═════ Provided material ═════

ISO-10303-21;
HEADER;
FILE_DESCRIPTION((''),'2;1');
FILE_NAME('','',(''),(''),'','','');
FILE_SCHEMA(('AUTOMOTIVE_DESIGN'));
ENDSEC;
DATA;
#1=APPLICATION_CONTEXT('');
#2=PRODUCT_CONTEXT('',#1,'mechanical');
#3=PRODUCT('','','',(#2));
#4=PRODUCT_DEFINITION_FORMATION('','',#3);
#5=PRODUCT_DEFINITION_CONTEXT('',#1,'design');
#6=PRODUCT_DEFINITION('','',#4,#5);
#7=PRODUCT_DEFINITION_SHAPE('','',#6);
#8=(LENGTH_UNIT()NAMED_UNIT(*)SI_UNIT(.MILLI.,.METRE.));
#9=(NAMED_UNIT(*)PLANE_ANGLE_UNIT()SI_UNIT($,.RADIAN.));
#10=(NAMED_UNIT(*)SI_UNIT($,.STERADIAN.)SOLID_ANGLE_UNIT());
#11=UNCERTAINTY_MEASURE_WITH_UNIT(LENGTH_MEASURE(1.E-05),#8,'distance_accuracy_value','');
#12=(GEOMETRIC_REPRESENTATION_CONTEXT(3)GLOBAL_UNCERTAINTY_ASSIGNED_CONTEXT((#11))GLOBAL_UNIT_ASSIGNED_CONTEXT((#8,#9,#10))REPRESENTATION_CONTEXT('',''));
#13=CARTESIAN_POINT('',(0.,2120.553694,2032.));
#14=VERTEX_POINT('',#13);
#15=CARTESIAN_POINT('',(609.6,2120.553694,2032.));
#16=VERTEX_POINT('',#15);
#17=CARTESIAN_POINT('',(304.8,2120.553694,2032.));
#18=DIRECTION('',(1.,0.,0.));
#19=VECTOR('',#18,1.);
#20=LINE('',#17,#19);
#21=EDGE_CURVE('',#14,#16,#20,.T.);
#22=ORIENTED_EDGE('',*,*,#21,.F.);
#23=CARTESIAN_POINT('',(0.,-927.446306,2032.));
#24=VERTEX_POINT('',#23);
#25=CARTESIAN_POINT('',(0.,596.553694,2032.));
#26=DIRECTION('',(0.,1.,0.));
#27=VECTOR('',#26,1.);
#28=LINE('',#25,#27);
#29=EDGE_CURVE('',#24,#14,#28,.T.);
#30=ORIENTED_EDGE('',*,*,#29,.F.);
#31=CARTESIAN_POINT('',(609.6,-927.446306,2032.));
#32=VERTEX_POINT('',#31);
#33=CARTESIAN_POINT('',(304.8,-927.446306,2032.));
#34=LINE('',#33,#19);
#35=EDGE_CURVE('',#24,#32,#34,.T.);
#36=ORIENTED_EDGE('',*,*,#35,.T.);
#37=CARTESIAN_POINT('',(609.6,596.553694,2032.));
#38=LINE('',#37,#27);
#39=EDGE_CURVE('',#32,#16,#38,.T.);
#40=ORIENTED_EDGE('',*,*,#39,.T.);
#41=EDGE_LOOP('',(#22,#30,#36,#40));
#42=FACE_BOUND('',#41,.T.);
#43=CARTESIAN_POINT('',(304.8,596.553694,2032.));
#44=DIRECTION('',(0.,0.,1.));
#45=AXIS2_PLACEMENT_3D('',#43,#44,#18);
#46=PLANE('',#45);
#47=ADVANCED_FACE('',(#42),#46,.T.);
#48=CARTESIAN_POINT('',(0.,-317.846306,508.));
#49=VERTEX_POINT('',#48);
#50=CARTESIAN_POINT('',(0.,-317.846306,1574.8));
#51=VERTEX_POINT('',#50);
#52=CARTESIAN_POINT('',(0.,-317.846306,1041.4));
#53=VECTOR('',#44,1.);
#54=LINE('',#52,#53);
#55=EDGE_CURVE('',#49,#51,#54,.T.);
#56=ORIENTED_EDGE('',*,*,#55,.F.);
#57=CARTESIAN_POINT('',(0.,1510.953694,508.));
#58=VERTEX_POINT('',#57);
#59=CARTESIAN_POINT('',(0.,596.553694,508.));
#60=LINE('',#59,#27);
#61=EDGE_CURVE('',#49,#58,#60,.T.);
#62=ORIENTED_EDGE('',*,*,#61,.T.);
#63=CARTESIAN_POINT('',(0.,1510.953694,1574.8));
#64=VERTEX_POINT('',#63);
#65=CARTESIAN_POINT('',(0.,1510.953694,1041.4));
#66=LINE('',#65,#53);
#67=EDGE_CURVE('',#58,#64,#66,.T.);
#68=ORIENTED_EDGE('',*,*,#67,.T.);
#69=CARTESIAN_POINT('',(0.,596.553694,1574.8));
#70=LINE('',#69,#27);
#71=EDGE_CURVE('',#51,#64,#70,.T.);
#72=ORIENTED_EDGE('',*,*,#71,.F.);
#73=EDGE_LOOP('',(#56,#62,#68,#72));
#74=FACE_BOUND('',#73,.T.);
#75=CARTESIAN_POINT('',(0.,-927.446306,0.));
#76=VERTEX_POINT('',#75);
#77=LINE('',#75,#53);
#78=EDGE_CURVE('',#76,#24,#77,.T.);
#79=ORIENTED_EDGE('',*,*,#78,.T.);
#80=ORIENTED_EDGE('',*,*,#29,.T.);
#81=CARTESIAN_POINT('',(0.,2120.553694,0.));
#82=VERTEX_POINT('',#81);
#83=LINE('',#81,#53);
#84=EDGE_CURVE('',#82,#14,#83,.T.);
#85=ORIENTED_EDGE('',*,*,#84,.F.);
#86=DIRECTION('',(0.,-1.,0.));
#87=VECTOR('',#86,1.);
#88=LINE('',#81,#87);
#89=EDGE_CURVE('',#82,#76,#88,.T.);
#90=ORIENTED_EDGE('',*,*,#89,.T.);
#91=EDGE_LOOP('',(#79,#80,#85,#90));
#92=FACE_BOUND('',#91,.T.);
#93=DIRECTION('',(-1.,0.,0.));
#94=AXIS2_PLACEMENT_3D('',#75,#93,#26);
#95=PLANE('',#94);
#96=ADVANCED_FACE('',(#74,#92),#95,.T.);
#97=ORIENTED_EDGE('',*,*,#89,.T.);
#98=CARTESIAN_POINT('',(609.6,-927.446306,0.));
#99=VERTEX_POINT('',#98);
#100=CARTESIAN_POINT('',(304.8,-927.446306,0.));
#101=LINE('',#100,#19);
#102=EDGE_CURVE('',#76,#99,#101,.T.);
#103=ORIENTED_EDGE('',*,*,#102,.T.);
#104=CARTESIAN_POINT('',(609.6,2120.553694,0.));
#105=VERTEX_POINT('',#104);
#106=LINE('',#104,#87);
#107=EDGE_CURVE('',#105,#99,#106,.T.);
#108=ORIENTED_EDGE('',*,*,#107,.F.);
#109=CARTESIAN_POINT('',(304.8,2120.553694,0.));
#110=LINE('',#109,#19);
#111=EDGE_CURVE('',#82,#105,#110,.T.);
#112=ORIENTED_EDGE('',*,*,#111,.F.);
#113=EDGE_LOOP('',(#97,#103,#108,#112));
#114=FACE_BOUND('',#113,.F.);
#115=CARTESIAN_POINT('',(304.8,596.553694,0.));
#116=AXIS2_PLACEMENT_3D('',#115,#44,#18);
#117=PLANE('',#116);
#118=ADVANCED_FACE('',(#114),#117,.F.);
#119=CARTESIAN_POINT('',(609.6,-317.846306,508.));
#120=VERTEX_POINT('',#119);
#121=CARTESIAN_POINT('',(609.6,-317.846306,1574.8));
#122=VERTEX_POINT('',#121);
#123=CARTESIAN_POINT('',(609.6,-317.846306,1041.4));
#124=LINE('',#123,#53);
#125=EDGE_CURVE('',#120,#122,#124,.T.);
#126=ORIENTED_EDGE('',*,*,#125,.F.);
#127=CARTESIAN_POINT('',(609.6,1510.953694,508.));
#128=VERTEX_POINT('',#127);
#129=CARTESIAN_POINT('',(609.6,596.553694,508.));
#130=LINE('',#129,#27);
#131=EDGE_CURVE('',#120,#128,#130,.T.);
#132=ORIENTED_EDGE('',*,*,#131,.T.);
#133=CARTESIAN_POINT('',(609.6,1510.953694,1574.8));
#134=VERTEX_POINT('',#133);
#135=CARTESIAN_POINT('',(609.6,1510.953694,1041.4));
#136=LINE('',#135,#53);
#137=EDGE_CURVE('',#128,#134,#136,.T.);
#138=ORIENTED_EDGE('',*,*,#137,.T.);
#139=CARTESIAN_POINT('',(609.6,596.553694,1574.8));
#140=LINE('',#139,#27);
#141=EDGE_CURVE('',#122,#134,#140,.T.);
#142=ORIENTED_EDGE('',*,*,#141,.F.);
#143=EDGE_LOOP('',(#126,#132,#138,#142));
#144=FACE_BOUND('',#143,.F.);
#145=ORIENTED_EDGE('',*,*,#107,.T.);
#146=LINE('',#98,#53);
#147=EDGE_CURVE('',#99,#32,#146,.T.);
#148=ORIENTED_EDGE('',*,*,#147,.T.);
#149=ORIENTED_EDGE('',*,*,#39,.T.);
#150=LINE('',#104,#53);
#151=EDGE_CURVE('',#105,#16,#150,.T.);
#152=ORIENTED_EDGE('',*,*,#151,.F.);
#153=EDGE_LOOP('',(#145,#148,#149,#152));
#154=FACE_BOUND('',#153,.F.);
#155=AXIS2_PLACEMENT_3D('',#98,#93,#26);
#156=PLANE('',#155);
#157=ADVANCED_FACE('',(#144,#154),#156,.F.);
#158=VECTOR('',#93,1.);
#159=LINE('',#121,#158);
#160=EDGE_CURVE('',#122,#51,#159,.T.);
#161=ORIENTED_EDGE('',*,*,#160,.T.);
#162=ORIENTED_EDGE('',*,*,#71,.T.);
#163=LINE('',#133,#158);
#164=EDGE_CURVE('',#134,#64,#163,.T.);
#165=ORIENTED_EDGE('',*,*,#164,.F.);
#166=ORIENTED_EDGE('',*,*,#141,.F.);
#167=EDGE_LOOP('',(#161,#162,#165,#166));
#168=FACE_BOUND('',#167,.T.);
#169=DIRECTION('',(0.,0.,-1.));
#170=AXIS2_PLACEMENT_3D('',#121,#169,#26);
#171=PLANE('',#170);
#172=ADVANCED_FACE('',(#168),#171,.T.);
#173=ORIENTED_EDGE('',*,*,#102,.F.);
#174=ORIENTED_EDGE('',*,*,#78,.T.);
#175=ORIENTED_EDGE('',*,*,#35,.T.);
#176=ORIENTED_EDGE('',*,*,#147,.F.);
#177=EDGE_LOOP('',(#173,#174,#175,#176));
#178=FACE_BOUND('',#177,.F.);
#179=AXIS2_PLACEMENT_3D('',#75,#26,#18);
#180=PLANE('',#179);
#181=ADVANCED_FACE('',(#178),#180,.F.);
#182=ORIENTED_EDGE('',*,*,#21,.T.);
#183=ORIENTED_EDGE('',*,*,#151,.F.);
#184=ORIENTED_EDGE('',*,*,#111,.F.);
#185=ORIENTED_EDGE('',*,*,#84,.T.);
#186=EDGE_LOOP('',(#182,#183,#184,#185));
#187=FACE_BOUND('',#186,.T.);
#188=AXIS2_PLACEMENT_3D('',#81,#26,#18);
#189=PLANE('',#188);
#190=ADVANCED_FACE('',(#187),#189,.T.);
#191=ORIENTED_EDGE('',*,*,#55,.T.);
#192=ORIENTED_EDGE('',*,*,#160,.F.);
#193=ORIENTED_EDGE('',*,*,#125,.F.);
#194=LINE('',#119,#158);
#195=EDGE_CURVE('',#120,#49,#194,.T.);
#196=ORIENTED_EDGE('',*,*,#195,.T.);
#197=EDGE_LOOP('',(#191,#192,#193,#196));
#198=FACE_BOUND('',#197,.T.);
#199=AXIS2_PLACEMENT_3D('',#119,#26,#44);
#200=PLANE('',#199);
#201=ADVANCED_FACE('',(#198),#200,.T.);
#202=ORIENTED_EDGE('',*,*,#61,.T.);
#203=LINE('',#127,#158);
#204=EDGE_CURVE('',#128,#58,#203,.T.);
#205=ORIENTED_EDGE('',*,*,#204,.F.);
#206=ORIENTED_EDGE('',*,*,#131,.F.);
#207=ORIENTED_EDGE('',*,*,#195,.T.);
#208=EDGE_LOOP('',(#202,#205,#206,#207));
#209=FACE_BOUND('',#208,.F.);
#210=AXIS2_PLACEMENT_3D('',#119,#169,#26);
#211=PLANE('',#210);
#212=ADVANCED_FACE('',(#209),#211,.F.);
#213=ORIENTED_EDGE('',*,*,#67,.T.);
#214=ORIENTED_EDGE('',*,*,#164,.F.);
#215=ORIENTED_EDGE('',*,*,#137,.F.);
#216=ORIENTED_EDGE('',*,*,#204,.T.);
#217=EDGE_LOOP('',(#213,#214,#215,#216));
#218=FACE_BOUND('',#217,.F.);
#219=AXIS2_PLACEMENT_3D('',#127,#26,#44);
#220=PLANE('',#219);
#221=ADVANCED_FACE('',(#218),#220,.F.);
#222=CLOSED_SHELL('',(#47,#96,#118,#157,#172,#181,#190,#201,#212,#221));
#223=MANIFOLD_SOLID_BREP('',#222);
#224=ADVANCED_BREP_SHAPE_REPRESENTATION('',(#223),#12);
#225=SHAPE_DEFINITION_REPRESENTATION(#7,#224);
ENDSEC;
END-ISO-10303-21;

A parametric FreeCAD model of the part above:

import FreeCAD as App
import Part
import Sketcher
from FreeCAD import Vector
Q = App.Units.Quantity


def add_polygon(sketch, points):
    """Adds a closed chain of lines whose ends are joined by coincident constraints."""
    first, n = sketch.GeometryCount, len(points)
    for a, b in zip(points, points[1:] + points[:1]):
        sketch.addGeometry(Part.LineSegment(App.Vector(*a, 0), App.Vector(*b, 0)), False)
    for i in range(n):
        sketch.addConstraint(Sketcher.Constraint("Coincident", first + i, 2, first + (i + 1) % n, 1))

doc = App.newDocument("Part")
body = doc.addObject("PartDesign::Body", "Body")

sketch1 = body.newObject("Sketcher::SketchObject", "Sketch")
sketch1.AttachmentSupport = (doc.getObject("XY_Plane"), [""])
sketch1.MapMode = "FlatFace"
add_polygon(sketch1, [(0, 1511), (0, -318), (610, -318), (610, 1511)])
sketch1.addConstraint([
    Sketcher.Constraint("Vertical", 0),
    Sketcher.Constraint("Horizontal", 1),
    Sketcher.Constraint("Vertical", 2),
    Sketcher.Constraint("Horizontal", 3),
    Sketcher.Constraint("PointOnObject", 0, 2, -2),
    Sketcher.Constraint("DistanceX", 1, 1, 1, 2, Q("24 in")),
    Sketcher.Constraint("DistanceY", 0, 2, 0, 1, Q("72 in")),
    Sketcher.Constraint("DistanceY", 0, 2, -1, 1, Q("317.846306 mm")),
])
pad1 = body.newObject("PartDesign::Pad", "Pad")
pad1.Profile = sketch1
pad1.Length = Q("20 in")

sketch2 = body.newObject("Sketcher::SketchObject", "Sketch001")
sketch2.AttachmentSupport = (doc.getObject("XY_Plane"), [""])
sketch2.MapMode = "FlatFace"
add_polygon(sketch2, [(0, 2121), (0, -927), (610, -927), (610, 2121)])
sketch2.addConstraint([
    Sketcher.Constraint("Vertical", 0),
    Sketcher.Constraint("Horizontal", 1),
    Sketcher.Constraint("Vertical", 2),
    Sketcher.Constraint("Horizontal", 3),
    Sketcher.Constraint("PointOnObject", 0, 2, -2),
    Sketcher.Constraint("DistanceX", 1, 1, 1, 2, Q("24 in")),
    Sketcher.Constraint("DistanceY", 0, 2, 0, 1, Q("120 in")),
    Sketcher.Constraint("DistanceY", 0, 2, -1, 1, Q("927.446306 mm")),
])
pad2 = body.newObject("PartDesign::Pad", "Pad001")
pad2.Profile = sketch2
pad2.Length = Q("80 in")

sketch3 = body.newObject("Sketcher::SketchObject", "Sketch002")
sketch3.AttachmentSupport = (doc.getObject("YZ_Plane"), [""])
sketch3.MapMode = "FlatFace"
sketch3.AttachmentOffset = App.Placement(Vector(0, 0, 24 * 25.4), App.Rotation())
add_polygon(sketch3, [(-318, 1575), (-318, 508), (1511, 508), (1511, 1575)])
sketch3.addConstraint([
    Sketcher.Constraint("Vertical", 0),
    Sketcher.Constraint("Horizontal", 1),
    Sketcher.Constraint("Vertical", 2),
    Sketcher.Constraint("Horizontal", 3),
    Sketcher.Constraint("DistanceX", 1, 1, 1, 2, Q("72 in")),
    Sketcher.Constraint("DistanceY", 0, 2, 0, 1, Q("42 in")),
    Sketcher.Constraint("DistanceY", -1, 1, 0, 2, Q("20 in")),
    Sketcher.Constraint("DistanceX", 0, 2, -1, 1, Q("317.846306 mm")),
])
pocket1 = body.newObject("PartDesign::Pocket", "Pocket")
pocket1.Profile = sketch3
pocket1.Type = "ThroughAll"

doc.recompute()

═════

* _Exercise aim_
The output should be exactly the lines above from the line containing "#133=CARTESIAN_POINT('',(609.6,1510.953694,1574.8));" to the line containing "#176=ORIENTED_EDGE('',*,*,#147,.F.);", inclusive, with no other lines.

* _Solved problem_
#133=CARTESIAN_POINT('',(609.6,1510.953694,1574.8));
#134=VERTEX_POINT('',#133);
#135=CARTESIAN_POINT('',(609.6,1510.953694,1041.4));
#136=LINE('',#135,#53);
#137=EDGE_CURVE('',#128,#134,#136,.T.);
#138=ORIENTED_EDGE('',*,*,#137,.T.);
#139=CARTESIAN_POINT('',(609.6,596.553694,1574.8));
#140=LINE('',#139,#27);
#141=EDGE_CURVE('',#122,#134,#140,.T.);
#142=ORIENTED_EDGE('',*,*,#141,.F.);
#143=EDGE_LOOP('',(#126,#132,#138,#142));
#144=FACE_BOUND('',#143,.F.);
#145=ORIENTED_EDGE('',*,*,#107,.T.);
#146=LINE('',#98,#53);
#147=EDGE_CURVE('',#99,#32,#146,.T.);
#148=ORIENTED_EDGE('',*,*,#147,.T.);
#149=ORIENTED_EDGE('',*,*,#39,.T.);
#150=LINE('',#104,#53);
#151=EDGE_CURVE('',#105,#16,#150,.T.);
#152=ORIENTED_EDGE('',*,*,#151,.F.);
#153=EDGE_LOOP('',(#145,#148,#149,#152));
#154=FACE_BOUND('',#153,.F.);
#155=AXIS2_PLACEMENT_3D('',#98,#93,#26);
#156=PLANE('',#155);
#157=ADVANCED_FACE('',(#144,#154),#156,.F.);
#158=VECTOR('',#93,1.);
#159=LINE('',#121,#158);
#160=EDGE_CURVE('',#122,#51,#159,.T.);
#161=ORIENTED_EDGE('',*,*,#160,.T.);
#162=ORIENTED_EDGE('',*,*,#71,.T.);
#163=LINE('',#133,#158);
#164=EDGE_CURVE('',#134,#64,#163,.T.);
#165=ORIENTED_EDGE('',*,*,#164,.F.);
#166=ORIENTED_EDGE('',*,*,#141,.F.);
#167=EDGE_LOOP('',(#161,#162,#165,#166));
#168=FACE_BOUND('',#167,.T.);
#169=DIRECTION('',(0.,0.,-1.));
#170=AXIS2_PLACEMENT_3D('',#121,#169,#26);
#171=PLANE('',#170);
#172=ADVANCED_FACE('',(#168),#171,.T.);
#173=ORIENTED_EDGE('',*,*,#102,.F.);
#174=ORIENTED_EDGE('',*,*,#78,.T.);
#175=ORIENTED_EDGE('',*,*,#35,.T.);
#176=ORIENTED_EDGE('',*,*,#147,.F.);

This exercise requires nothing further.